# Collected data
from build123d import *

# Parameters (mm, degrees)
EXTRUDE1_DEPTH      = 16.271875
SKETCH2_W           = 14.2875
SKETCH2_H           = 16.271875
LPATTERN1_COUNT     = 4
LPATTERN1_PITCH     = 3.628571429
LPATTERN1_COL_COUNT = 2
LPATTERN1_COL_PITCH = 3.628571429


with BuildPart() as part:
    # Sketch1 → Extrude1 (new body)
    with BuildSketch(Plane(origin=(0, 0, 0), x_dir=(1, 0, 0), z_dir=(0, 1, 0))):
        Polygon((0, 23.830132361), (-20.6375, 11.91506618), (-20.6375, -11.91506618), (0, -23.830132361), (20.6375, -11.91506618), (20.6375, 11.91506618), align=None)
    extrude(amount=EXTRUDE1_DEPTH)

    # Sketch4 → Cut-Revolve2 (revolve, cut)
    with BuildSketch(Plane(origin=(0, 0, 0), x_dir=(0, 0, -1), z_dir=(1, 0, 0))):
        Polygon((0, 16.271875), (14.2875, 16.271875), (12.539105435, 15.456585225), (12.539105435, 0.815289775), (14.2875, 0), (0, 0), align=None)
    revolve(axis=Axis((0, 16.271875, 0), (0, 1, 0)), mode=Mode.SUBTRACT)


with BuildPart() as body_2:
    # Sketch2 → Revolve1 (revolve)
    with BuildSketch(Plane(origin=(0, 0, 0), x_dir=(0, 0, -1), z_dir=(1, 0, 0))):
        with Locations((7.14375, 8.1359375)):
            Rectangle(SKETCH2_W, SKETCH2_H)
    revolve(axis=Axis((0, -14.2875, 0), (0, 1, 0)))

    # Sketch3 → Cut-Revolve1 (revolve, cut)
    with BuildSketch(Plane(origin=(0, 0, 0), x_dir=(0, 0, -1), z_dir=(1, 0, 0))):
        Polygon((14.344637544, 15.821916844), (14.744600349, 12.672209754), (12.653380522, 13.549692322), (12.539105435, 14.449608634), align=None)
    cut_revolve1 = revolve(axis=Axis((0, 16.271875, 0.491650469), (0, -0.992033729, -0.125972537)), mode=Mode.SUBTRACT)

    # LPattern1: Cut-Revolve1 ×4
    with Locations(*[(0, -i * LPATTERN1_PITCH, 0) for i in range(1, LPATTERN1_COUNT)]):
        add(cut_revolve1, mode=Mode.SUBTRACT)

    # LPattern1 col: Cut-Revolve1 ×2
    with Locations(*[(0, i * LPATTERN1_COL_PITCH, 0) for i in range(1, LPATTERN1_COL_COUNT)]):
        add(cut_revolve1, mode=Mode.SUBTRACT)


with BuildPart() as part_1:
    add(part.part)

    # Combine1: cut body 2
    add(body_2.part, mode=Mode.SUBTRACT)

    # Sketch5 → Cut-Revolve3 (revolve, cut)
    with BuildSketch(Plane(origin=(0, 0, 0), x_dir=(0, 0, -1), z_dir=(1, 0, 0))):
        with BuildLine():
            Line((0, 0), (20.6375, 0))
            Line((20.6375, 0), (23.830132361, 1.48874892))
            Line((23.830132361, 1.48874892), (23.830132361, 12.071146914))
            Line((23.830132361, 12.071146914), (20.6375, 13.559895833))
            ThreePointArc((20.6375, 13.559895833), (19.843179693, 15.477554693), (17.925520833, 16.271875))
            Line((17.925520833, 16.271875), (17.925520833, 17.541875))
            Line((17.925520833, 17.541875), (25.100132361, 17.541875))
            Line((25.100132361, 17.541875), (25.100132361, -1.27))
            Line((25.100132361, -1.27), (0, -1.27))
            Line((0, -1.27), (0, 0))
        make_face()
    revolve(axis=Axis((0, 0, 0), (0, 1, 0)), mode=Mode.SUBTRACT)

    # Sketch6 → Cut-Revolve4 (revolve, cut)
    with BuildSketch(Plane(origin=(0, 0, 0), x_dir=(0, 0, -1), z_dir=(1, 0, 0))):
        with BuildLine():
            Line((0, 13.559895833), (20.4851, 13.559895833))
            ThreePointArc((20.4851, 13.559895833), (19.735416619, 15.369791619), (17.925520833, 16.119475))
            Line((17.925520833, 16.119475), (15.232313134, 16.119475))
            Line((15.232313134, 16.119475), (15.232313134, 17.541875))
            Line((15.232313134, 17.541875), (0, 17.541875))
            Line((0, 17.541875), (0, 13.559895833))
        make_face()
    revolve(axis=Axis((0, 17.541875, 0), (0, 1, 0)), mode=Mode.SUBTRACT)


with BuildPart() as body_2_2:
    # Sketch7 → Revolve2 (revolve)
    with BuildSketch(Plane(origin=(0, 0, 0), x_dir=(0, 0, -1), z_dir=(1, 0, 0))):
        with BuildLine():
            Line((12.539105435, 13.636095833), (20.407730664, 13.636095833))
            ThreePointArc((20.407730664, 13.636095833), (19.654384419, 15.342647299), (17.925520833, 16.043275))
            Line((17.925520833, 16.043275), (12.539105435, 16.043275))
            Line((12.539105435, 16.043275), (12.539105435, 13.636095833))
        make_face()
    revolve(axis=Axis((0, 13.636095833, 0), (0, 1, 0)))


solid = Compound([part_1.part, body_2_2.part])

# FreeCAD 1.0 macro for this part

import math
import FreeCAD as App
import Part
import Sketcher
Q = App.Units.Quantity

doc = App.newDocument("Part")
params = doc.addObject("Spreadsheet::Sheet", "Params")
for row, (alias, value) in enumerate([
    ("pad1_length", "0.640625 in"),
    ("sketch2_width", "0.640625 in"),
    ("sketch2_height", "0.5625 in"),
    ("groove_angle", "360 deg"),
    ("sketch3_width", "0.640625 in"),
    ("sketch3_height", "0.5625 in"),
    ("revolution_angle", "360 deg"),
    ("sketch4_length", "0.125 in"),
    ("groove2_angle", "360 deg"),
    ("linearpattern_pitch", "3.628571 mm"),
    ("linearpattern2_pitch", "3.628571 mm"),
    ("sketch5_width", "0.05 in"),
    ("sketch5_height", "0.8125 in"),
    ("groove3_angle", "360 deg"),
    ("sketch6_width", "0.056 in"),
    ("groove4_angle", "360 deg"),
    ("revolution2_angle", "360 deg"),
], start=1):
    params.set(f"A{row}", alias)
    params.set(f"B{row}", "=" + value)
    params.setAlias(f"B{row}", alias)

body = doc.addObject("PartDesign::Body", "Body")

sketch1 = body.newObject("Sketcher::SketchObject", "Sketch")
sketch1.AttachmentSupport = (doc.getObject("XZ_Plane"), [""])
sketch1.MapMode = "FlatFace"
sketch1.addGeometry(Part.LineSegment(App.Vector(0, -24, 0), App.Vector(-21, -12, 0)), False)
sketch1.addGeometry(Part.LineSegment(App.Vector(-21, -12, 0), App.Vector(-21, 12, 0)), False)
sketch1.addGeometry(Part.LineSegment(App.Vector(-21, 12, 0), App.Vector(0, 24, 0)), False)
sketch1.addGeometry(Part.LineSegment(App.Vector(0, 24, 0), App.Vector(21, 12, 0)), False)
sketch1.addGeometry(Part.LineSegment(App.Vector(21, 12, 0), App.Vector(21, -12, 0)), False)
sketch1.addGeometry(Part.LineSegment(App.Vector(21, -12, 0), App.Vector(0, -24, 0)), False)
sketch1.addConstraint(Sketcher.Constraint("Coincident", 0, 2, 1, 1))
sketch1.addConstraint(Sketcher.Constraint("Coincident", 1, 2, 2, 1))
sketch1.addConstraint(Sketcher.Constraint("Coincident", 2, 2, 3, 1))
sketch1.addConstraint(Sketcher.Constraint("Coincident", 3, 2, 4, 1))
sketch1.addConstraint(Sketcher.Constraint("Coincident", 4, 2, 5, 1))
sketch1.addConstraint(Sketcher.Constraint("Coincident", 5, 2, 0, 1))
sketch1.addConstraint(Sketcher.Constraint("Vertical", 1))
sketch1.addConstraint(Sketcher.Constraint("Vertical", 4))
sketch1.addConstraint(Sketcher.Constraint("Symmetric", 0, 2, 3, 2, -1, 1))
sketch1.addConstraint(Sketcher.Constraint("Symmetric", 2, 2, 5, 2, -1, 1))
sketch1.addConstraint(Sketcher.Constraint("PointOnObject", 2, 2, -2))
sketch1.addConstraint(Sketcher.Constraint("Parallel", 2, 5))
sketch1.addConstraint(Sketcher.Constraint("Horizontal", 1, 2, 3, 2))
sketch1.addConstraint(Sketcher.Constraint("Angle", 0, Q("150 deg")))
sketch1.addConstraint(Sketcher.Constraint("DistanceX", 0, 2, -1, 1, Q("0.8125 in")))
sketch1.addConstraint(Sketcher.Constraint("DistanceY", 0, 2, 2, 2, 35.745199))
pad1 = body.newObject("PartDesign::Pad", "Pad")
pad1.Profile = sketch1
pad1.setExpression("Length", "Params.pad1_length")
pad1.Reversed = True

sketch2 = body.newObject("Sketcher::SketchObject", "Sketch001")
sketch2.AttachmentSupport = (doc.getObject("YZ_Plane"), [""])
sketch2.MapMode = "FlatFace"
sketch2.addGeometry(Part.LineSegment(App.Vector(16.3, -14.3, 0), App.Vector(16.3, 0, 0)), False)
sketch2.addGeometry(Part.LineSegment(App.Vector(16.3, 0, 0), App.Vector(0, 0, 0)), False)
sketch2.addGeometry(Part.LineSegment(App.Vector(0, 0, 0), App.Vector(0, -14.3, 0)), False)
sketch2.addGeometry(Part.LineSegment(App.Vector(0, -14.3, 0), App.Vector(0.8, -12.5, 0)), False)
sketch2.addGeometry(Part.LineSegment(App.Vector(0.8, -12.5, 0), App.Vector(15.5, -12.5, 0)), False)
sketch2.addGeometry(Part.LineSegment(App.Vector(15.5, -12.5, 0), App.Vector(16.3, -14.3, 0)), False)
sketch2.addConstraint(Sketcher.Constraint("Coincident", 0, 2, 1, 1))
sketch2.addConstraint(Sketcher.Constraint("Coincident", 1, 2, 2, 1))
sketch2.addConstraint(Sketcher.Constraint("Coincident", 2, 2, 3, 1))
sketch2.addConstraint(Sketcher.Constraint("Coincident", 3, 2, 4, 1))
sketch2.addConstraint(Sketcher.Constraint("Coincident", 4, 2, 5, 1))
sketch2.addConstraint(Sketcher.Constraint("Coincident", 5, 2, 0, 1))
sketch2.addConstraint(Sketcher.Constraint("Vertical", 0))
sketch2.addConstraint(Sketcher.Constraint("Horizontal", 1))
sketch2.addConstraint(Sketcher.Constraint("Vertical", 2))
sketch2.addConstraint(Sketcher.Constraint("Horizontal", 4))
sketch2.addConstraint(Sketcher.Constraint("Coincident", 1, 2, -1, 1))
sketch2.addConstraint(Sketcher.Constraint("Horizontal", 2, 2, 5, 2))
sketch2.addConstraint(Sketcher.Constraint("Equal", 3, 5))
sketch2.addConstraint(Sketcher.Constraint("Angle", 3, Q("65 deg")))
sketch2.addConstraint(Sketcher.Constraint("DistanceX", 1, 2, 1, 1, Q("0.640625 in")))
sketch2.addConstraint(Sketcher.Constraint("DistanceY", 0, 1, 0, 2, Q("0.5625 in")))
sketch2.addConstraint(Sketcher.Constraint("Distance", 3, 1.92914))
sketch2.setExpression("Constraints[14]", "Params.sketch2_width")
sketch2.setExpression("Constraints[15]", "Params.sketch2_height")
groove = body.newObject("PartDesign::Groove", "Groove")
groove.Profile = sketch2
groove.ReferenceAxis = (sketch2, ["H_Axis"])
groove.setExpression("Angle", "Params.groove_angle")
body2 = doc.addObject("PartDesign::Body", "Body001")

--

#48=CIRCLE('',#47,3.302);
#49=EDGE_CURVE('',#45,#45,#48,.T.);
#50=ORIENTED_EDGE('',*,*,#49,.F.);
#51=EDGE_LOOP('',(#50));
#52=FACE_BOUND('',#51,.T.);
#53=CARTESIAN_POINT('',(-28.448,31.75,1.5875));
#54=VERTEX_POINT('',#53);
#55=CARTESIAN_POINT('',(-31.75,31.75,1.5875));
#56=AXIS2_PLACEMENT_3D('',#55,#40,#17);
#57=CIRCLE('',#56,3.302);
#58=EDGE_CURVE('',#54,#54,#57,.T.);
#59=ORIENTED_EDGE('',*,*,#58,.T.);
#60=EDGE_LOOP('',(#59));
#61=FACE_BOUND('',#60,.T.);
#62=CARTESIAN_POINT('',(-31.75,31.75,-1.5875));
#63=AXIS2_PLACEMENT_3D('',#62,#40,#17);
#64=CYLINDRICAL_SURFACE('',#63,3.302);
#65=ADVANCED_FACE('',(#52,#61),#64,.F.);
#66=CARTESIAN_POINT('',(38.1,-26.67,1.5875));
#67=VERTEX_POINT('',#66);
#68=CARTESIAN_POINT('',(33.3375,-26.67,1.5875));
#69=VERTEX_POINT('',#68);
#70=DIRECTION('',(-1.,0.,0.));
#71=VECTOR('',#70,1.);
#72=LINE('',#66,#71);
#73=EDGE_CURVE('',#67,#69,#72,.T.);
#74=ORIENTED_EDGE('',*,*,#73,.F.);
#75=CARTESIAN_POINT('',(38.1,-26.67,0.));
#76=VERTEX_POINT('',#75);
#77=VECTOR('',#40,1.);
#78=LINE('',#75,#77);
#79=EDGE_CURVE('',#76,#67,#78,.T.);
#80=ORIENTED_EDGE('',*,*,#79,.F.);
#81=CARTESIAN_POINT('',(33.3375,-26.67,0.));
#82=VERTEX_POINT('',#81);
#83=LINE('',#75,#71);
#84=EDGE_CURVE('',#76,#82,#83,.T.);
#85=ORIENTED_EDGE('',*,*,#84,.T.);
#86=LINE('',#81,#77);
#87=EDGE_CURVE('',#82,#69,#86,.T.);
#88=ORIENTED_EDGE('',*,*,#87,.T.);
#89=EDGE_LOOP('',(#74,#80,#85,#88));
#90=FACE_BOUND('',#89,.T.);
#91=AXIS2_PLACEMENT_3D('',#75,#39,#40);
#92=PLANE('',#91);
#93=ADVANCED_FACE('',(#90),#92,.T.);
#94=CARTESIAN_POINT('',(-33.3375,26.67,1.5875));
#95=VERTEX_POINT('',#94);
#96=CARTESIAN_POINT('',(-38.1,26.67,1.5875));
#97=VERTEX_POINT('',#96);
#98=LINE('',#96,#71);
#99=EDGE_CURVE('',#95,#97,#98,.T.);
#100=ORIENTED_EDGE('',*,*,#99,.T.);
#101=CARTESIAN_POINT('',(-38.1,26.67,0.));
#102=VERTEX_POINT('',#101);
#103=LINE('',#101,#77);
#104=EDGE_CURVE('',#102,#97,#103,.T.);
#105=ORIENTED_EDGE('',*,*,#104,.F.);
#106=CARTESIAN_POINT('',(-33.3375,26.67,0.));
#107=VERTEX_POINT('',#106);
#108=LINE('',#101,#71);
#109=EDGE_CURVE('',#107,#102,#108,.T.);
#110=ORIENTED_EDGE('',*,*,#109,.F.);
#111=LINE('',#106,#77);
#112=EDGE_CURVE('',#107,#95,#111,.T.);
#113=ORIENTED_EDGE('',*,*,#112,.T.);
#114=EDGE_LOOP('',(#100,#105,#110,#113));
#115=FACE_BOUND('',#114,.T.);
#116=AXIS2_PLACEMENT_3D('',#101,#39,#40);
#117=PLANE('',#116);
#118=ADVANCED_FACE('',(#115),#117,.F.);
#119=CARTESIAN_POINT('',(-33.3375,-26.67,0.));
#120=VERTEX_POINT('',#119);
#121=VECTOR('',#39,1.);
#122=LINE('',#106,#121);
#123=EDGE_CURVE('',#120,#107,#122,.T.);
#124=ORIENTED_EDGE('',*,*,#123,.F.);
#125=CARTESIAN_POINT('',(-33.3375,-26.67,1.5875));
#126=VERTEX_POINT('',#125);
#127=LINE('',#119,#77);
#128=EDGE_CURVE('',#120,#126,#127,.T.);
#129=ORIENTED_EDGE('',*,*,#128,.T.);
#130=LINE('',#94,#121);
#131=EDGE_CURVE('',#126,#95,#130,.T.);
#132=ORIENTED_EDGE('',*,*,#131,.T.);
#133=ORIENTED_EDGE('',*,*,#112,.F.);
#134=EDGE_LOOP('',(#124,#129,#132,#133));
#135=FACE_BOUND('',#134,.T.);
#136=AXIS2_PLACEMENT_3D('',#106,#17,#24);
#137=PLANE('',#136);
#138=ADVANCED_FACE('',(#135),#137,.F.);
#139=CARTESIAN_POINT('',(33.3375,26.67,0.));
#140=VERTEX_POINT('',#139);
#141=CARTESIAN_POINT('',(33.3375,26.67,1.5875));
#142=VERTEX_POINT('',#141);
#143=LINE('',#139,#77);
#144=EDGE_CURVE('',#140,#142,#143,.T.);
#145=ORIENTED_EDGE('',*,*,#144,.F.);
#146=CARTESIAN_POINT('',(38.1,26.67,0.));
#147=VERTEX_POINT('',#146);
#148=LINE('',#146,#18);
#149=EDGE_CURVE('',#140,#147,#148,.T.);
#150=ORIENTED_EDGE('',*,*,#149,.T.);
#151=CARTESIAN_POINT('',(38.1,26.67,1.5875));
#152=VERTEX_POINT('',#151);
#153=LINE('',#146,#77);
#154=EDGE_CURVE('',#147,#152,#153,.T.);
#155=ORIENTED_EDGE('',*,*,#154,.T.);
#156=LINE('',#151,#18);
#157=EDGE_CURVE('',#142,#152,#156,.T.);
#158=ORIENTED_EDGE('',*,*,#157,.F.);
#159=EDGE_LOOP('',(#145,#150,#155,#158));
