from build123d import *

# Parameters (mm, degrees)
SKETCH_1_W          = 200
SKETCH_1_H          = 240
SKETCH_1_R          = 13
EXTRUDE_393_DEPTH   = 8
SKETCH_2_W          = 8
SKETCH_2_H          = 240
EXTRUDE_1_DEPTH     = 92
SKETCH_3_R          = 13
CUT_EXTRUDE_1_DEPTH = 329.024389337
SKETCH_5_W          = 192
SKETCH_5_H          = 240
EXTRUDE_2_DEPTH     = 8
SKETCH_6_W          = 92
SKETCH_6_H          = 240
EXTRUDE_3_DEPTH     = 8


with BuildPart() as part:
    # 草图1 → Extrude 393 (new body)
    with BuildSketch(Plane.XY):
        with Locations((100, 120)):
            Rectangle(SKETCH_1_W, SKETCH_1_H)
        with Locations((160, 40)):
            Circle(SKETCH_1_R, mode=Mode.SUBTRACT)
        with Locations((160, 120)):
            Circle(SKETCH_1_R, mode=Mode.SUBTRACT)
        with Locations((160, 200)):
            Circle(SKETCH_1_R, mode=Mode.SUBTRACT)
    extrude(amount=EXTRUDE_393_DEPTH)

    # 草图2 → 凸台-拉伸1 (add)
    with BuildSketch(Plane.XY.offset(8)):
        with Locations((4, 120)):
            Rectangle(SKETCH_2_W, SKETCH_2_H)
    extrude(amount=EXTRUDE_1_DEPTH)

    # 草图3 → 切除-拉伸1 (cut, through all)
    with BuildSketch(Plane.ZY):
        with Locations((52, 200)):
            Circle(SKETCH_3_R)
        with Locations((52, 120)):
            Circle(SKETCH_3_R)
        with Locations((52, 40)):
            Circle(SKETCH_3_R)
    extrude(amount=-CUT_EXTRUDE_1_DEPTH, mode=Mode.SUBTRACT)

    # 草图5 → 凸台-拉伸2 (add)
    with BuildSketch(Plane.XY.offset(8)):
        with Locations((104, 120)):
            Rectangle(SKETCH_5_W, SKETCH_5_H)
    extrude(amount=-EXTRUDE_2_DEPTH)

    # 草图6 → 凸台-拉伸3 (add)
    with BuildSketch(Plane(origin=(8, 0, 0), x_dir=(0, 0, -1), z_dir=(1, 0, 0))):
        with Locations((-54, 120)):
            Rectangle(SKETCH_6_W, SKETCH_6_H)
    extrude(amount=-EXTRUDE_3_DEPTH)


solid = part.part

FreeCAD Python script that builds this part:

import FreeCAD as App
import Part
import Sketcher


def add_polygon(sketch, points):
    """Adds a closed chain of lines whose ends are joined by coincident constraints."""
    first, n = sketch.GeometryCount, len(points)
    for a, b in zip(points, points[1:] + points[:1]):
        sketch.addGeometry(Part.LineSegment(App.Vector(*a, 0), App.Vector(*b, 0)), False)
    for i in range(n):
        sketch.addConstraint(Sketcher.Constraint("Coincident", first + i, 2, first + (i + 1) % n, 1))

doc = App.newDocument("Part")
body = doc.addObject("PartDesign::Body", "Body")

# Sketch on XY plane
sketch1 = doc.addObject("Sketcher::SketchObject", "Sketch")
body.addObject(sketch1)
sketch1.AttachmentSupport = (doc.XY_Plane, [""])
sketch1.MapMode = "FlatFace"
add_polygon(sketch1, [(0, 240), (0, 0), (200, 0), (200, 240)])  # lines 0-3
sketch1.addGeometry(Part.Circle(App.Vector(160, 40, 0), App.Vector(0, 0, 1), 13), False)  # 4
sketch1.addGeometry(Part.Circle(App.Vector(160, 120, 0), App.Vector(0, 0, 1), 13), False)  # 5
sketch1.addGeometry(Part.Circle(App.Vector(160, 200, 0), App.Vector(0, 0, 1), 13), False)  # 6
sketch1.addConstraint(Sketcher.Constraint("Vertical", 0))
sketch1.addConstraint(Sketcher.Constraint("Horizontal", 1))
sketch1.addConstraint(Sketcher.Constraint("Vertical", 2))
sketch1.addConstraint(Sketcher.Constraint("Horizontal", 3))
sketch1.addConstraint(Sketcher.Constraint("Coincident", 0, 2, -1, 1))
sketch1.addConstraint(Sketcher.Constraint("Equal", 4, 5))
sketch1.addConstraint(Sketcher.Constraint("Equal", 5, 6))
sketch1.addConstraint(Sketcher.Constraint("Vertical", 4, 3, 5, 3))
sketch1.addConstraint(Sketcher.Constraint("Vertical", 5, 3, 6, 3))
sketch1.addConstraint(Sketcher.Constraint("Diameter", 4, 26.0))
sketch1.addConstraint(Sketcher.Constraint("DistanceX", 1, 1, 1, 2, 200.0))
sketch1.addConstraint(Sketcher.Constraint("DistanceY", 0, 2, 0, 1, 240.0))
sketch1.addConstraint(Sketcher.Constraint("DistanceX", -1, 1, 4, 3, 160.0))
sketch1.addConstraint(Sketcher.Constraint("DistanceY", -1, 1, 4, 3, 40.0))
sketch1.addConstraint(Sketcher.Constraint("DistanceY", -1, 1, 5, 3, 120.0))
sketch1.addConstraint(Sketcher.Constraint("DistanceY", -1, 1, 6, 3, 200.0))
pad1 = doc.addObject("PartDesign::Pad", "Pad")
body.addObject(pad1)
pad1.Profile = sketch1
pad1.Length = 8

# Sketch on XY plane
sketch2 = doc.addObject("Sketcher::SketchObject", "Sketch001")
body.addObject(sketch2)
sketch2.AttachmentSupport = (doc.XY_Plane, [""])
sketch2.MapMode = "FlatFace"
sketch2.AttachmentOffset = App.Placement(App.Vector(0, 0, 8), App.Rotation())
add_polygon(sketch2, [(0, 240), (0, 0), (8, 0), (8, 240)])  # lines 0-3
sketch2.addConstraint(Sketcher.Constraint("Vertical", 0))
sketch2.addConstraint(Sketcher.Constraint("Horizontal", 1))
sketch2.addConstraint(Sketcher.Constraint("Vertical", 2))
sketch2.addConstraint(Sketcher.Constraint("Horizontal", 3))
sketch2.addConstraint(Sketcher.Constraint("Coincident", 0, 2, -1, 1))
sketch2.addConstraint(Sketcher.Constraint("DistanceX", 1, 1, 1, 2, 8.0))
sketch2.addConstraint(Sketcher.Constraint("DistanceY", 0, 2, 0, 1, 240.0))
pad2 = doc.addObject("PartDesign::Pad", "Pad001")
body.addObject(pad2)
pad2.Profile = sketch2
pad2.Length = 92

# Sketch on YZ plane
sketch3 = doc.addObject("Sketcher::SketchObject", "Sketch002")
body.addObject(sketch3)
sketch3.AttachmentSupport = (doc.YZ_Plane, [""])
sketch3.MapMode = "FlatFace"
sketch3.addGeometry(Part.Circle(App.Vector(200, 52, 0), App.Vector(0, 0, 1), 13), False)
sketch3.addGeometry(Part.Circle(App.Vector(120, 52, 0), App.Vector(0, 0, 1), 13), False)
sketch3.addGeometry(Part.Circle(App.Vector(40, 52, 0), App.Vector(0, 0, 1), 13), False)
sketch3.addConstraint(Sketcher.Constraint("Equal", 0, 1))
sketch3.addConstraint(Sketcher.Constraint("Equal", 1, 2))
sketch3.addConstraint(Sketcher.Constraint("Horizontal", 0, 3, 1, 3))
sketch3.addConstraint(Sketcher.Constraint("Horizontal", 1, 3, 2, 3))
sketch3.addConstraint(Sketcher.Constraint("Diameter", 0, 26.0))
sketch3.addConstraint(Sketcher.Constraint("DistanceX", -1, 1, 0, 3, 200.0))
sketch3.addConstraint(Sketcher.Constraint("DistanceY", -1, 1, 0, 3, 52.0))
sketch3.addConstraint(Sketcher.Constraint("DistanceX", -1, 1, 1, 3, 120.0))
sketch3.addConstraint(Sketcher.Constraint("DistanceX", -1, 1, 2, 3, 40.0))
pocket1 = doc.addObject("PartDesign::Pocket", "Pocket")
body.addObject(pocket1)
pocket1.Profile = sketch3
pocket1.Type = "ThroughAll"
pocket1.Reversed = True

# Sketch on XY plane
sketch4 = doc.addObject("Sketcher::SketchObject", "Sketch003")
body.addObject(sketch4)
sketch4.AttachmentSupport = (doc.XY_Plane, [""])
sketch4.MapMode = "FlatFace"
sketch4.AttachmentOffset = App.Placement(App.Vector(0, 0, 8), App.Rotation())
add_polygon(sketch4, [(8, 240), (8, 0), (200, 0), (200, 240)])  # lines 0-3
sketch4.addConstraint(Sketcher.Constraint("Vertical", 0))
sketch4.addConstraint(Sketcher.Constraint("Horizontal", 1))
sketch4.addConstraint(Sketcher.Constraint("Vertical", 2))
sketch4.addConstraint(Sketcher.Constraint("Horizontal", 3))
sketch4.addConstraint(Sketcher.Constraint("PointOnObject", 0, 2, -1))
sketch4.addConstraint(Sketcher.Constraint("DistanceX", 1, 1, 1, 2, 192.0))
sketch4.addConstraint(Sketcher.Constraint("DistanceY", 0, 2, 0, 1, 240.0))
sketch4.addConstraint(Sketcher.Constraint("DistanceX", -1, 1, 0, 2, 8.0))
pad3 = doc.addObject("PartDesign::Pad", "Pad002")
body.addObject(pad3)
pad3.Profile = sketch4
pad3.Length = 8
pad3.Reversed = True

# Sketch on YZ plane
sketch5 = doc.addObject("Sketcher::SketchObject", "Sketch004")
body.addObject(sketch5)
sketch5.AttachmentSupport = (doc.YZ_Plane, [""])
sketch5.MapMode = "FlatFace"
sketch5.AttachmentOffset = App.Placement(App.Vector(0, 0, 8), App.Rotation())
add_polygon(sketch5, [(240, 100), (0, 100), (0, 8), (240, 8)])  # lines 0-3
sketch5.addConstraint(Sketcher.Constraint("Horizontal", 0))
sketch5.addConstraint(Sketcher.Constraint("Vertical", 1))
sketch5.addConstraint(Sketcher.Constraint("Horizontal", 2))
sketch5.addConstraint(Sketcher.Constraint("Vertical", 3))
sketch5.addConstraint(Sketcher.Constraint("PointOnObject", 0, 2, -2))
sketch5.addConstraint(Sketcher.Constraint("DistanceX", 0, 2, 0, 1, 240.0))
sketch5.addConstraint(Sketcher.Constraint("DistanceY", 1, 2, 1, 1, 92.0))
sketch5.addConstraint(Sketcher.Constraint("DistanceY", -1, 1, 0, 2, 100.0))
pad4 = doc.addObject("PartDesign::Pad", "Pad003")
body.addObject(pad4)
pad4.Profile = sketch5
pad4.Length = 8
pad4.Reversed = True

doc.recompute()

# Action item
Note every line above where the string "None" shows up, and copy those lines.

# Answer to this problem
        Polygon((0, 23.830132361), (-20.6375, 11.91506618), (-20.6375, -11.91506618), (0, -23.830132361), (20.6375, -11.91506618), (20.6375, 11.91506618), align=None)
        Polygon((0, 16.271875), (14.2875, 16.271875), (12.539105435, 15.456585225), (12.539105435, 0.815289775), (14.2875, 0), (0, 0), align=None)
        Polygon((14.344637544, 15.821916844), (14.744600349, 12.672209754), (12.653380522, 13.549692322), (12.539105435, 14.449608634), align=None)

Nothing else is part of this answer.